If that’s what’s in them tags I got here, I can see why. Sensor performances are sub-par. Even for their intended application (cold chain tracking), I’m pretty sure a fussy QA inspector would not validate the solution, on account of the fact that you might read -4C when the goods are really at -3C.

Or did you have other complaints?

The NHS3100 is a temperature sense IC that NXP specifically advertises as field programmable, but when you spend countless hours doing R&D only to find out that their execution of that is a hack job side project by one of their engineers that is poorly optimized for non-ideal coil shapes, they tell you to punch sand.

Did you work with that thing? You seem to have quite a bit of background on it.

In any case, it confirms my (strong) suspicion that it has no place in my body.

Damn, I which Destron Fearing redesigned the Bio Thermo with an NFC frontend: I read the patent for that chip and it’s really a great design.

I’ve been running my uFR Nano Online reader on one of the Brady tags all afternoon to roll over the counter, and at least now I know the temperature of the reader when it’s constantly blasting at full power: it’s running at close to 140 degrees now. Hot cookie :slight_smile:

Digital Logic readers never run cool, but this one really needs a heatsink for that sort of thing. Not that it’s typical usage though…

Well, surprisingly, it rolls over at 10,000. I didn’t expect that. In fact, it’s rolled over several times already. I just realized looking at the log.

Ah yeah I should have mentioned the smartsensor chip let’s yoy also put a small C program on there to control nfc output. They clearly made their own counter… bit why such a small rollover limit?

I guess it’s arbitrary. Those tags are sold as cold chain trackers. They’re supposed to be tacked onto temperature-sensitive goods and scanned a few times between manufacture and the point of sale. Possibly a few dozen times at the most if the tracking is exceptionnaly thorough. 10,000 is plenty good enough for that application.

I’m just surprised that a programmer has bothered changing the limit at all instead of letting whatever native variable roll over on its own, and also that it’s a decimal limit. Programmers typically think in powers of two when they code that sort of thing.

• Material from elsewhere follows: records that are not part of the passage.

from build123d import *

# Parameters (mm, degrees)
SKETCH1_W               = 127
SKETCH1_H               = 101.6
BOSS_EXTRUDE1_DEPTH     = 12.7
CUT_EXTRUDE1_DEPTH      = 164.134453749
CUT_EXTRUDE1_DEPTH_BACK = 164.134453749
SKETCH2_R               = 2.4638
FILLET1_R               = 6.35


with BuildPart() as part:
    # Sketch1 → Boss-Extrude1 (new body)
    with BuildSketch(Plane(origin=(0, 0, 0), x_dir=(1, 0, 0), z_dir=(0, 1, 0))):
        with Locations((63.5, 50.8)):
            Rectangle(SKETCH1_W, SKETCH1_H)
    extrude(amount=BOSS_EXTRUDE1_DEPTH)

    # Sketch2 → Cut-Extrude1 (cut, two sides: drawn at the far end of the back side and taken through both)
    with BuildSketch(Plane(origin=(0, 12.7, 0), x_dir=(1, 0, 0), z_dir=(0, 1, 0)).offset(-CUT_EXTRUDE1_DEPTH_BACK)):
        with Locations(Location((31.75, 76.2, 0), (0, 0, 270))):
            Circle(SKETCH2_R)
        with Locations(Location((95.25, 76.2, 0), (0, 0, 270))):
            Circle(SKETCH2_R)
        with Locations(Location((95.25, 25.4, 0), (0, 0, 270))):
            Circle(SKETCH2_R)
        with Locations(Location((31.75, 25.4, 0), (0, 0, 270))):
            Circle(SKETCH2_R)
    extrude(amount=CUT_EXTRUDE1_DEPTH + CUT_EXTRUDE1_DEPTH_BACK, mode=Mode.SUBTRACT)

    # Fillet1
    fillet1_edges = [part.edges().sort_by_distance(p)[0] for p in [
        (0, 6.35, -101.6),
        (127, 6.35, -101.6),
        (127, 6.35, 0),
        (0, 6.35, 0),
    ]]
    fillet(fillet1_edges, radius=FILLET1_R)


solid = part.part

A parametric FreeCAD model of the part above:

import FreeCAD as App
import Part
import Sketcher

V = App.Vector
Q = App.Units.Quantity


def edges_at(feature, points):
    """Names of the edges that pass closest to the given points."""
    edges = feature.Shape.Edges
    near = lambda p: min(range(len(edges)), key=lambda i: edges[i].distToShape(Part.Vertex(*p))[0])
    return sorted({f"Edge{near(p) + 1}" for p in points})


def add_polygon(sketch, points):
    """Adds a closed chain of lines whose ends are joined by coincident constraints."""
    first, n = sketch.GeometryCount, len(points)
    for a, b in zip(points, points[1:] + points[:1]):
        sketch.addGeometry(Part.LineSegment(App.Vector(*a, 0), App.Vector(*b, 0)), False)
    for i in range(n):
        sketch.addConstraint(Sketcher.Constraint("Coincident", first + i, 2, first + (i + 1) % n, 1))

doc = App.newDocument("Part")
body = doc.addObject("PartDesign::Body", "Body")

sketch1 = body.newObject("Sketcher::SketchObject", "Sketch")
sketch1.AttachmentSupport = (doc.getObject("XZ_Plane"), [""])
sketch1.MapMode = "FlatFace"
add_polygon(sketch1, [(0, -102), (0, 0), (127, 0), (127, -102)])
sketch1.addConstraint(Sketcher.Constraint("Vertical", 0))
sketch1.addConstraint(Sketcher.Constraint("Horizontal", 1))
sketch1.addConstraint(Sketcher.Constraint("Vertical", 2))
sketch1.addConstraint(Sketcher.Constraint("Horizontal", 3))
sketch1.addConstraint(Sketcher.Constraint("Coincident", 0, 2, -1, 1))
sketch1.addConstraint(Sketcher.Constraint("DistanceX", 1, 1, 1, 2, Q("5 in")))
sketch1.addConstraint(Sketcher.Constraint("DistanceY", 0, 1, 0, 2, Q("4 in")))
pad1 = body.newObject("PartDesign::Pad", "Pad")
pad1.Profile = sketch1
pad1.Length = Q("0.5 in")
pad1.Reversed = True

sketch2 = body.newObject("Sketcher::SketchObject", "Sketch001")
sketch2.AttachmentSupport = (doc.getObject("XZ_Plane"), [""])
sketch2.MapMode = "FlatFace"
sketch2.AttachmentOffset = App.Placement(V(0, 0, -0.5 * 25.4), App.Rotation())
sketch2.addGeometry(Part.Circle(V(31.8, -76.2, 0), V(0, 0, 1), 2.5), False)
sketch2.addGeometry(Part.Circle(V(95.2, -76.2, 0), V(0, 0, 1), 2.5), False)
sketch2.addGeometry(Part.Circle(V(95.2, -25.4, 0), V(0, 0, 1), 2.5), False)
sketch2.addGeometry(Part.Circle(V(31.8, -25.4, 0), V(0, 0, 1), 2.5), False)
sketch2.addConstraint(Sketcher.Constraint("Equal", 0, 1))
sketch2.addConstraint(Sketcher.Constraint("Equal", 1, 2))
sketch2.addConstraint(Sketcher.Constraint("Equal", 2, 3))
sketch2.addConstraint(Sketcher.Constraint("Horizontal", 0, 3, 1, 3))
sketch2.addConstraint(Sketcher.Constraint("Horizontal", 2, 3, 3, 3))
sketch2.addConstraint(Sketcher.Constraint("Vertical", 1, 3, 2, 3))
sketch2.addConstraint(Sketcher.Constraint("Vertical", 0, 3, 3, 3))
sketch2.addConstraint(Sketcher.Constraint("Diameter", 0, Q("0.194 in")))
sketch2.addConstraint(Sketcher.Constraint("DistanceY", 0, 3, -1, 1, Q("3 in")))
sketch2.addConstraint(Sketcher.Constraint("DistanceY", 2, 3, -1, 1, Q("1 in")))
sketch2.addConstraint(Sketcher.Constraint("DistanceX", 0, 3, 1, 3, Q("2.5 in")))
sketch2.addConstraint(Sketcher.Constraint("DistanceX", -1, 1, 0, 3, Q("1.25 in")))
pocket1 = body.newObject("PartDesign::Pocket", "Pocket")
pocket1.Profile = sketch2
pocket1.Type = "ThroughAll"
pocket1.Midplane = True
doc.recompute()

fillet = body.newObject("PartDesign::Fillet", "Fillet")
fillet.Base = (pocket1, edges_at(pocket1, [
    (0, 6.35, -101.6),
    (127, 6.35, -101.6),
    (127, 6.35, 0),
    (0, 6.35, 0),
]))
fillet.Radius = Q("0.25 in")

doc.recompute()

Anyway, the tag has performed over 160,000 reads now and it’s still going. At this point I think I’m stress-testing the uFR reader, because when I turn the TV off, it makes a funny chip-chip-chip-chip noise at each read now.

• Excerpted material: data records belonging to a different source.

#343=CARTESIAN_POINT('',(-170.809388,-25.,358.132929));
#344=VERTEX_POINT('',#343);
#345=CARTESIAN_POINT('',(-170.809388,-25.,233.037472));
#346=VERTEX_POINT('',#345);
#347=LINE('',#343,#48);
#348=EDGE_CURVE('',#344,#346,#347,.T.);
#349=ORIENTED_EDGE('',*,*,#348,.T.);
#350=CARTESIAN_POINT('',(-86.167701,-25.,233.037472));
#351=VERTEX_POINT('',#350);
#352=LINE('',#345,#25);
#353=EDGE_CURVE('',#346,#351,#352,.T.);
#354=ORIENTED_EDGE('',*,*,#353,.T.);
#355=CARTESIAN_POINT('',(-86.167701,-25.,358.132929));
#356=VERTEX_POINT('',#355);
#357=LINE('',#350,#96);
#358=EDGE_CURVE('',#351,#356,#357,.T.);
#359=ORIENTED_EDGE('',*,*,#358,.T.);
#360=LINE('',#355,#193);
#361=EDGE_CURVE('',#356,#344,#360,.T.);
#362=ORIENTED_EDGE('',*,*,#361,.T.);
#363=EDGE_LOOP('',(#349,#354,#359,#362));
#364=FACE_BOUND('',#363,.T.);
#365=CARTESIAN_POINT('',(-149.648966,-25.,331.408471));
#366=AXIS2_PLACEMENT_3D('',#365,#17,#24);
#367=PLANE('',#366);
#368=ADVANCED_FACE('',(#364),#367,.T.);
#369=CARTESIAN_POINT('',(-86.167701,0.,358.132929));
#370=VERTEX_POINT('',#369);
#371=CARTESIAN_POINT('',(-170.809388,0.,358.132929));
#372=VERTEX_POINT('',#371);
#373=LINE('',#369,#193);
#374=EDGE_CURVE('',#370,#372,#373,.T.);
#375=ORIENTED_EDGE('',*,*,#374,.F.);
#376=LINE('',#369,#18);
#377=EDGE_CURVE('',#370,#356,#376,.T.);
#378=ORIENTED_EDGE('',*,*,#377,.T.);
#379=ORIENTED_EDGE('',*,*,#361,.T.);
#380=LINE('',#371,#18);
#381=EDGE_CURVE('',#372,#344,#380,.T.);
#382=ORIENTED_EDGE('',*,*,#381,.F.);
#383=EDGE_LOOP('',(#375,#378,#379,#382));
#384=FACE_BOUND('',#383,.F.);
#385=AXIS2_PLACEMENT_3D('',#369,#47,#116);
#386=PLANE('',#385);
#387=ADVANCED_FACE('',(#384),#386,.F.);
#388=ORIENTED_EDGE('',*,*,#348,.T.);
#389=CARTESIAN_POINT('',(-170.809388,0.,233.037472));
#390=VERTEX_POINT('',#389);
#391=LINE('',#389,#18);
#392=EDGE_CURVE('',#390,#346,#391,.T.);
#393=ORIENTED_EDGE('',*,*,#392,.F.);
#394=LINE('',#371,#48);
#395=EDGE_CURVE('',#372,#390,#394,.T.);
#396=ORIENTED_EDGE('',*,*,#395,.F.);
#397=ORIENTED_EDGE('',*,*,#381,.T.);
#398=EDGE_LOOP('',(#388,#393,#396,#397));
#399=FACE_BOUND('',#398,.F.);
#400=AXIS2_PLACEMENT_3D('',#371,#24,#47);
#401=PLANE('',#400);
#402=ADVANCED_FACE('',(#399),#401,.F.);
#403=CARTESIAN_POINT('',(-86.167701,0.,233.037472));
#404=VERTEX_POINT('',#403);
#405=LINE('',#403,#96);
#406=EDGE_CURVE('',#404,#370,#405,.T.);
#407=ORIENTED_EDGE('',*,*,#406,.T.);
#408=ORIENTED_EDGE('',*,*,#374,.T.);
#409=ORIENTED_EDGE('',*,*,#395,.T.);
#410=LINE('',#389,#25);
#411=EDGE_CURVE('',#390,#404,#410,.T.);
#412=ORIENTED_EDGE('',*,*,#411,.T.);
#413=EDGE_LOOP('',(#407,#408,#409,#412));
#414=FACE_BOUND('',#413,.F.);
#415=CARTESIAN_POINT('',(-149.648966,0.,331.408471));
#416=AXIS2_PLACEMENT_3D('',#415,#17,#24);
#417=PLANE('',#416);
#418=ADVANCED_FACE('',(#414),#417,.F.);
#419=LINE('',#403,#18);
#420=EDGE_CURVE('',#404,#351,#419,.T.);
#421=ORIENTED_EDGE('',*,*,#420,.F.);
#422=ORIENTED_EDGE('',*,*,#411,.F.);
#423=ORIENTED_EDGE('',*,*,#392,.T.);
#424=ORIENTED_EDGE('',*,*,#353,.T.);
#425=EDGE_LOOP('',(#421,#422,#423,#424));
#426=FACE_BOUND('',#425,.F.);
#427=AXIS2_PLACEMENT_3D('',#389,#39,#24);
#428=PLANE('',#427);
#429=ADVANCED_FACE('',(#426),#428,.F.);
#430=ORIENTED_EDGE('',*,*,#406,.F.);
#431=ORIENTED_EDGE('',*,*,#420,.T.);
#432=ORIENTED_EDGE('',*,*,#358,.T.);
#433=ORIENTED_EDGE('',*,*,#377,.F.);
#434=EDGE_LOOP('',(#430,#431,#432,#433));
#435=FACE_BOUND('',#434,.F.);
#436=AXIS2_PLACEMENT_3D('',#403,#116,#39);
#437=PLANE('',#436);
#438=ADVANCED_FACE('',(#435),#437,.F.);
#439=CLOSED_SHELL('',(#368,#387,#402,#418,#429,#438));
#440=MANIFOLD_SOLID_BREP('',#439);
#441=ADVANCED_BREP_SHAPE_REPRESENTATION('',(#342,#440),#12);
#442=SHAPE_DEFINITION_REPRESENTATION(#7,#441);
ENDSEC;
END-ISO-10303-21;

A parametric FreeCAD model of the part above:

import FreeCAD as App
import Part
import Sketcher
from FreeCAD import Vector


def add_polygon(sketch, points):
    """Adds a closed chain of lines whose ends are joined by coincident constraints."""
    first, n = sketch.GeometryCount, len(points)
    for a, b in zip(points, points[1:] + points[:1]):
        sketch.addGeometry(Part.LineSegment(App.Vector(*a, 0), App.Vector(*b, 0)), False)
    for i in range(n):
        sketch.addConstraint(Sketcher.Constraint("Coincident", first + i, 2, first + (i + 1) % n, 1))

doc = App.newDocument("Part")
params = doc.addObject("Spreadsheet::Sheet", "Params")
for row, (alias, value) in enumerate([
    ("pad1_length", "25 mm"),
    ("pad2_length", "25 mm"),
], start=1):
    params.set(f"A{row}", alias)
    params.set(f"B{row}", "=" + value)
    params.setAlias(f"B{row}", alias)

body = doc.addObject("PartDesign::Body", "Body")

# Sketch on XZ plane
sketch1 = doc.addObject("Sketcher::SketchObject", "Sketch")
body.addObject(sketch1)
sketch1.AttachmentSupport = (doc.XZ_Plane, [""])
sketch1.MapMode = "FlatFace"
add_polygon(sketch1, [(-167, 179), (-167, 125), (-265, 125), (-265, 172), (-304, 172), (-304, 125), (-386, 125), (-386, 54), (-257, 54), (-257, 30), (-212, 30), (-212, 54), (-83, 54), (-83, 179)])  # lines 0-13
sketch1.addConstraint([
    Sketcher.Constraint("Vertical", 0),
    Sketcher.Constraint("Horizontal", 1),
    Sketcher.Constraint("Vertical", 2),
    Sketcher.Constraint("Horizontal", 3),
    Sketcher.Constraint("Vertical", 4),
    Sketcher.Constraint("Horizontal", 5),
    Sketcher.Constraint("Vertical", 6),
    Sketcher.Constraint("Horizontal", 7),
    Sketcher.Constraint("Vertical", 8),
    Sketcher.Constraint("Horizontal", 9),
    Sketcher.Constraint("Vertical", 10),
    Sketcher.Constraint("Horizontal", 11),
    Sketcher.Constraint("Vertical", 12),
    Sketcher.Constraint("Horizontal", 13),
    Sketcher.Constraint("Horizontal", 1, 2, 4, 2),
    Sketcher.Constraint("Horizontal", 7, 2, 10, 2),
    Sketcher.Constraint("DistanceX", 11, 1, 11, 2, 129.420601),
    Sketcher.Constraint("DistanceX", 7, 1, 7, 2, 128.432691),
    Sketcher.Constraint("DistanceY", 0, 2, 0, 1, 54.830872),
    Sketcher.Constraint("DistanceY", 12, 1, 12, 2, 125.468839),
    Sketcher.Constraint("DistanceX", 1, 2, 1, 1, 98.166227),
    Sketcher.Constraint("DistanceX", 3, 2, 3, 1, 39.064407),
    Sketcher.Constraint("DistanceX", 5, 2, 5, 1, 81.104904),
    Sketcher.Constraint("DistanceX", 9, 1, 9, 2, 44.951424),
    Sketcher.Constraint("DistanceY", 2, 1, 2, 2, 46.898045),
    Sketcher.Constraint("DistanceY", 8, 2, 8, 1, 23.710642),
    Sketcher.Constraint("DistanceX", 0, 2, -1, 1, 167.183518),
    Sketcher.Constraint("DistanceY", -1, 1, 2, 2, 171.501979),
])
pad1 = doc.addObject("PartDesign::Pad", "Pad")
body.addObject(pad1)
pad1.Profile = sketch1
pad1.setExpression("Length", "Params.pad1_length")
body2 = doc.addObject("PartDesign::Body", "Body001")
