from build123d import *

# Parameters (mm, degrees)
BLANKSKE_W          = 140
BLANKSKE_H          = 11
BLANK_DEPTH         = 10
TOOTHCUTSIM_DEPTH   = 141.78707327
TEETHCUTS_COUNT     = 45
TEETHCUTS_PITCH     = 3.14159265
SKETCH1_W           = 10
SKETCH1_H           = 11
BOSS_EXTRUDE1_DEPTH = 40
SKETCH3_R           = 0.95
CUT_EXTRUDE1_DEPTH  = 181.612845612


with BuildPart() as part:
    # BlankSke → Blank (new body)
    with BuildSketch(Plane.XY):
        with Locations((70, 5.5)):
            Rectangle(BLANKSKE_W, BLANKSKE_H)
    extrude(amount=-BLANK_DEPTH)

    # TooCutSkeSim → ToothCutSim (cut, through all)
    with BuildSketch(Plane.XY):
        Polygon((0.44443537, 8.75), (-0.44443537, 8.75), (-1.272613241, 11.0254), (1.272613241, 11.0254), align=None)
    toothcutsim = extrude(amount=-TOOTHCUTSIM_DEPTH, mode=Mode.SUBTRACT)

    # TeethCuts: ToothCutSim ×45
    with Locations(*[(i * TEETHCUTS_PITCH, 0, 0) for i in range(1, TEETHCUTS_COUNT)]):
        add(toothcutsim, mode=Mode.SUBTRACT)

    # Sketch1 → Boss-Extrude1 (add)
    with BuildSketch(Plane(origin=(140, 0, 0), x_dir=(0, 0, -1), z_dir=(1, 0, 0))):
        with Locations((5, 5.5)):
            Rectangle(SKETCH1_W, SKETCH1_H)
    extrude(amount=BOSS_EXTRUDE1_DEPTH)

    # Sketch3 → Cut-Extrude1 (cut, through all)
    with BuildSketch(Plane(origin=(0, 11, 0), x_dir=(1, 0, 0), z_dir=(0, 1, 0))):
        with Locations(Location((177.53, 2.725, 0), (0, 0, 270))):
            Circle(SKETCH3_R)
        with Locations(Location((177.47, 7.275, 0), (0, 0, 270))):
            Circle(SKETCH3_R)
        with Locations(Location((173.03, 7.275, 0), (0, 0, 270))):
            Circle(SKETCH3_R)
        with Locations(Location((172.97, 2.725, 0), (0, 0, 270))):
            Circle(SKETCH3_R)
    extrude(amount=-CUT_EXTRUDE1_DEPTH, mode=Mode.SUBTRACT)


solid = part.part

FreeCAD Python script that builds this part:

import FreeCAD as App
import Part
import Sketcher

V = App.Vector
Q = App.Units.Quantity

doc = App.newDocument("Part")
params = doc.addObject("Spreadsheet::Sheet", "Params")
for row, (alias, value) in enumerate([
    ("sketch1_width", "140 mm"),
    ("sketch1_height", "11 mm"),
    ("pad1_length", "10 mm"),
    ("linearpattern_pitch", "3.141593 mm"),
    ("sketch3_width", "11 mm"),
    ("sketch3_height", "10 mm"),
    ("pad2_length", "40 mm"),
    ("sketch4_diameter", "1.9 mm"),
], start=1):
    params.set(f"A{row}", alias)
    params.set(f"B{row}", "=" + value)
    params.setAlias(f"B{row}", alias)

body = doc.addObject("PartDesign::Body", "Body")

# Sketch on XY plane
sketch1 = body.newObject("Sketcher::SketchObject", "Sketch")
sketch1.AttachmentSupport = (doc.getObject("XY_Plane"), [""])
sketch1.MapMode = "FlatFace"
sketch1.addGeometry([
    Part.LineSegment(V(0, 11, 0), V(0, 0, 0)),
    Part.LineSegment(V(0, 0, 0), V(140, 0, 0)),
    Part.LineSegment(V(140, 0, 0), V(140, 11, 0)),
    Part.LineSegment(V(140, 11, 0), V(0, 11, 0)),
], False)
sketch1.addConstraint([
    Sketcher.Constraint("Coincident", 0, 2, 1, 1),
    Sketcher.Constraint("Coincident", 1, 2, 2, 1),
    Sketcher.Constraint("Coincident", 2, 2, 3, 1),
    Sketcher.Constraint("Coincident", 3, 2, 0, 1),
    Sketcher.Constraint("Vertical", 0),
    Sketcher.Constraint("Horizontal", 1),
    Sketcher.Constraint("Vertical", 2),
    Sketcher.Constraint("Horizontal", 3),
    Sketcher.Constraint("Coincident", 0, 2, -1, 1),
    Sketcher.Constraint("DistanceX", 1, 1, 1, 2, 140.0),
    Sketcher.Constraint("DistanceY", 0, 2, 0, 1, 11.0),
])
sketch1.setExpression("Constraints[9]", "Params.sketch1_width")
sketch1.setExpression("Constraints[10]", "Params.sketch1_height")
pad1 = body.newObject("PartDesign::Pad", "Pad")
pad1.Profile = sketch1
pad1.setExpression("Length", "Params.pad1_length")
pad1.Reversed = True

# Sketch on XY plane
sketch2 = body.newObject("Sketcher::SketchObject", "Sketch001")
sketch2.AttachmentSupport = (doc.getObject("XY_Plane"), [""])
sketch2.MapMode = "FlatFace"
sketch2.addGeometry([
    Part.LineSegment(V(-0.4, 8.8, 0), V(0.4, 8.8, 0)),
    Part.LineSegment(V(0.4, 8.8, 0), V(1.3, 11, 0)),
    Part.LineSegment(V(1.3, 11, 0), V(-1.3, 11, 0)),
    Part.LineSegment(V(-1.3, 11, 0), V(-0.4, 8.8, 0)),
], False)
sketch2.addConstraint([
    Sketcher.Constraint("Coincident", 0, 2, 1, 1),
    Sketcher.Constraint("Coincident", 1, 2, 2, 1),
    Sketcher.Constraint("Coincident", 2, 2, 3, 1),
    Sketcher.Constraint("Coincident", 3, 2, 0, 1),
    Sketcher.Constraint("Horizontal", 0),
    Sketcher.Constraint("Horizontal", 2),
    Sketcher.Constraint("Equal", 1, 3),
    Sketcher.Constraint("Angle", 1, Q("70 deg")),
    Sketcher.Constraint("DistanceY", -1, 1, 0, 2, 8.75),
    Sketcher.Constraint("DistanceX", 0, 1, 0, 2, 0.888871),
    Sketcher.Constraint("DistanceY", -1, 1, 1, 2, 11.0254),
    Sketcher.Constraint("DistanceX", -1, 1, 0, 2, 0.444435),
])
pocket1 = body.newObject("PartDesign::Pocket", "Pocket")
pocket1.Profile = sketch2
pocket1.Type = "ThroughAll"
doc.recompute()

linearpattern = body.newObject("PartDesign::LinearPattern", "LinearPattern")
linearpattern.Originals = [pocket1]
linearpattern.Direction = (doc.getObject("X_Axis"), [""])
linearpattern.Mode = "offset"
linearpattern.setExpression("Offset", "Params.linearpattern_pitch")
linearpattern.Occurrences = 45
body.Tip = linearpattern

# Sketch on YZ plane
sketch3 = body.newObject("Sketcher::SketchObject", "Sketch002")
sketch3.AttachmentSupport = (doc.getObject("YZ_Plane"), [""])
sketch3.MapMode = "FlatFace"
sketch3.AttachmentOffset = App.Placement(V(0, 0, 140), App.Rotation())
sketch3.addGeometry([
    Part.LineSegment(V(11, 0, 0), V(0, 0, 0)),
    Part.LineSegment(V(0, 0, 0), V(0, -10, 0)),
    Part.LineSegment(V(0, -10, 0), V(11, -10, 0)),
    Part.LineSegment(V(11, -10, 0), V(11, 0, 0)),
], False)
sketch3.addConstraint([
    Sketcher.Constraint("Coincident", 0, 2, 1, 1),
    Sketcher.Constraint("Coincident", 1, 2, 2, 1),
    Sketcher.Constraint("Coincident", 2, 2, 3, 1),
    Sketcher.Constraint("Coincident", 3, 2, 0, 1),
    Sketcher.Constraint("Horizontal", 0),
    Sketcher.Constraint("Vertical", 1),
    Sketcher.Constraint("Horizontal", 2),
    Sketcher.Constraint("Vertical", 3),
    Sketcher.Constraint("Coincident", 0, 2, -1, 1),
    Sketcher.Constraint("DistanceX", 0, 2, 0, 1, 11.0),
    Sketcher.Constraint("DistanceY", 1, 2, 1, 1, 10.0),
])
sketch3.setExpression("Constraints[9]", "Params.sketch3_width")
sketch3.setExpression("Constraints[10]", "Params.sketch3_height")
pad2 = body.newObject("PartDesign::Pad", "Pad001")
pad2.Profile = sketch3
pad2.setExpression("Length", "Params.pad2_length")

# Sketch on XZ plane
sketch4 = body.newObject("Sketcher::SketchObject", "Sketch003")
sketch4.AttachmentSupport = (doc.getObject("XZ_Plane"), [""])
sketch4.MapMode = "FlatFace"
sketch4.AttachmentOffset = App.Placement(V(0, 0, -11), App.Rotation())
sketch4.addGeometry([
    Part.Circle(V(177.5, -2.7, 0), V(0, 0, 1), 0.9),
    Part.Circle(V(177.5, -7.3, 0), V(0, 0, 1), 0.9),
    Part.Circle(V(173, -7.3, 0), V(0, 0, 1), 0.9),
    Part.Circle(V(173, -2.7, 0), V(0, 0, 1), 0.9),
], False)
sketch4.addConstraint([
    Sketcher.Constraint("Equal", 0, 1),
    Sketcher.Constraint("Equal", 1, 2),
    Sketcher.Constraint("Equal", 2, 3),
    Sketcher.Constraint("Horizontal", 1, 3, 2, 3),
    Sketcher.Constraint("Horizontal", 0, 3, 3, 3),
    Sketcher.Constraint("Diameter", 0, 1.9),
    Sketcher.Constraint("DistanceX", 2, 3, 0, 3, 4.5),
    Sketcher.Constraint("DistanceX", 3, 3, 1, 3, 4.5),
    Sketcher.Constraint("DistanceX", -1, 1, 0, 3, 177.53),
    Sketcher.Constraint("DistanceX", -1, 1, 1, 3, 177.47),
    Sketcher.Constraint("DistanceY", 1, 3, 0, 3, 4.55),
    Sketcher.Constraint("DistanceY", 0, 3, -1, 1, 2.725),
])
sketch4.setExpression("Constraints[5]", "Params.sketch4_diameter")
pocket2 = body.newObject("PartDesign::Pocket", "Pocket001")
pocket2.Profile = sketch4
pocket2.Type = "ThroughAll"
pocket2.Reversed = True

doc.recompute()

If anybody’s interested, here’s the code to read Brady tags:

#!/usr/bin/python3
"""Reads a Brady temperature sensing NFC tag repeatedly.

Requires either:

- A libnfc-compatible reader (e.g. ACR122U) and the nfcpy module
- A Digital Logic uFR series reader and the pyuFR class
  (https://github.com/Giraut/pyuFR)
"""

### Parameters
use_ufr_device = True
ufr_device = "tcp://ufr:8881"



### Modules
import re
import sys

if use_ufr_device:
  import pyufr
  import ndef
else:
  import nfc
  from nfc.clf import RemoteTarget



### Main program
if __name__ == "__main__":

  # Initialize the reader
  if use_ufr_device:

    ufr = pyufr.ufr()
    ufr.open(ufr_device)
    ufr.self_reset()
    if not ufr.get_anti_collision_status()[0]:
      ufr.enable_anti_collision()

  else:

    clf = nfc.ContactlessFrontend("usb")
    target = None

  # Read the tag until the user hits CTRL-C
  while True:

    uid = None
    uri = None

    # Get the Brady URI using a uFR reader
    if use_ufr_device:

      try:
        ufr.enum_cards()
        uid = ufr.list_cards()[0]
        ufr.select_card(uid)
        n = ufr.linear_read(pyufr.ufrauthmode.T2T_NO_PWD_AUTH, 10, 150)
        uri = list(ndef.message_decoder(n))[0].iri
        ufr.deselect_card()
      except KeyboardInterrupt:
        ufr.disable_anti_collision()
        quit()
      except:
        continue

    # Get the brady URI using a libnfc-compatible reader
    else:

      if not target:
        try:
          target = clf.sense(RemoteTarget('106A'))
        except KeyboardInterrupt:
          quit()
        except:
          target = None
          continue

      try:
        tag = nfc.tag.activate(clf, target)
      except KeyboardInterrupt:
        del(target)
        quit()
      except:
        tag = None
        del(target)
        target = None
        continue

      try:
        uid = ":".join(["{:02X}".format(v) for v in tag.identifier])
        uri = tag.ndef.records[0].iri
      except KeyboardInterrupt:
        del(tag)
        del(target)
        quit()
      except:
        del(tag)
        tag = None
        del(target)
        target = None
        continue

      del(tag)

    # Process the URI
    m = re.findall("rfidtemperaturemonitoring\?n=([0-9]+)&d=([0-9]+)C&"
			"o=([0-9a-f]+)&i=([0-9a-f]+)&h=([0-9a-f]+)", uri, re.I)
    if not m:
      continue

    n, d, o, i, h = m[0]

    counter = int(n)
    temp_c = -40 + int(d) / 10
    temp_f = temp_c * 1.8 + 32
    serial = i

    # Display the tag's data
    print("Brady temperature sensing label:")
    print("  UID          = {}".format(uid))
    print("  S/N          = {}".format(serial))
    print("  Read counter = {}".format(counter))
    print("  Temp         = {:.1f}C / {:.1f}F".format(temp_c, temp_f))

    sys.stdout.flush()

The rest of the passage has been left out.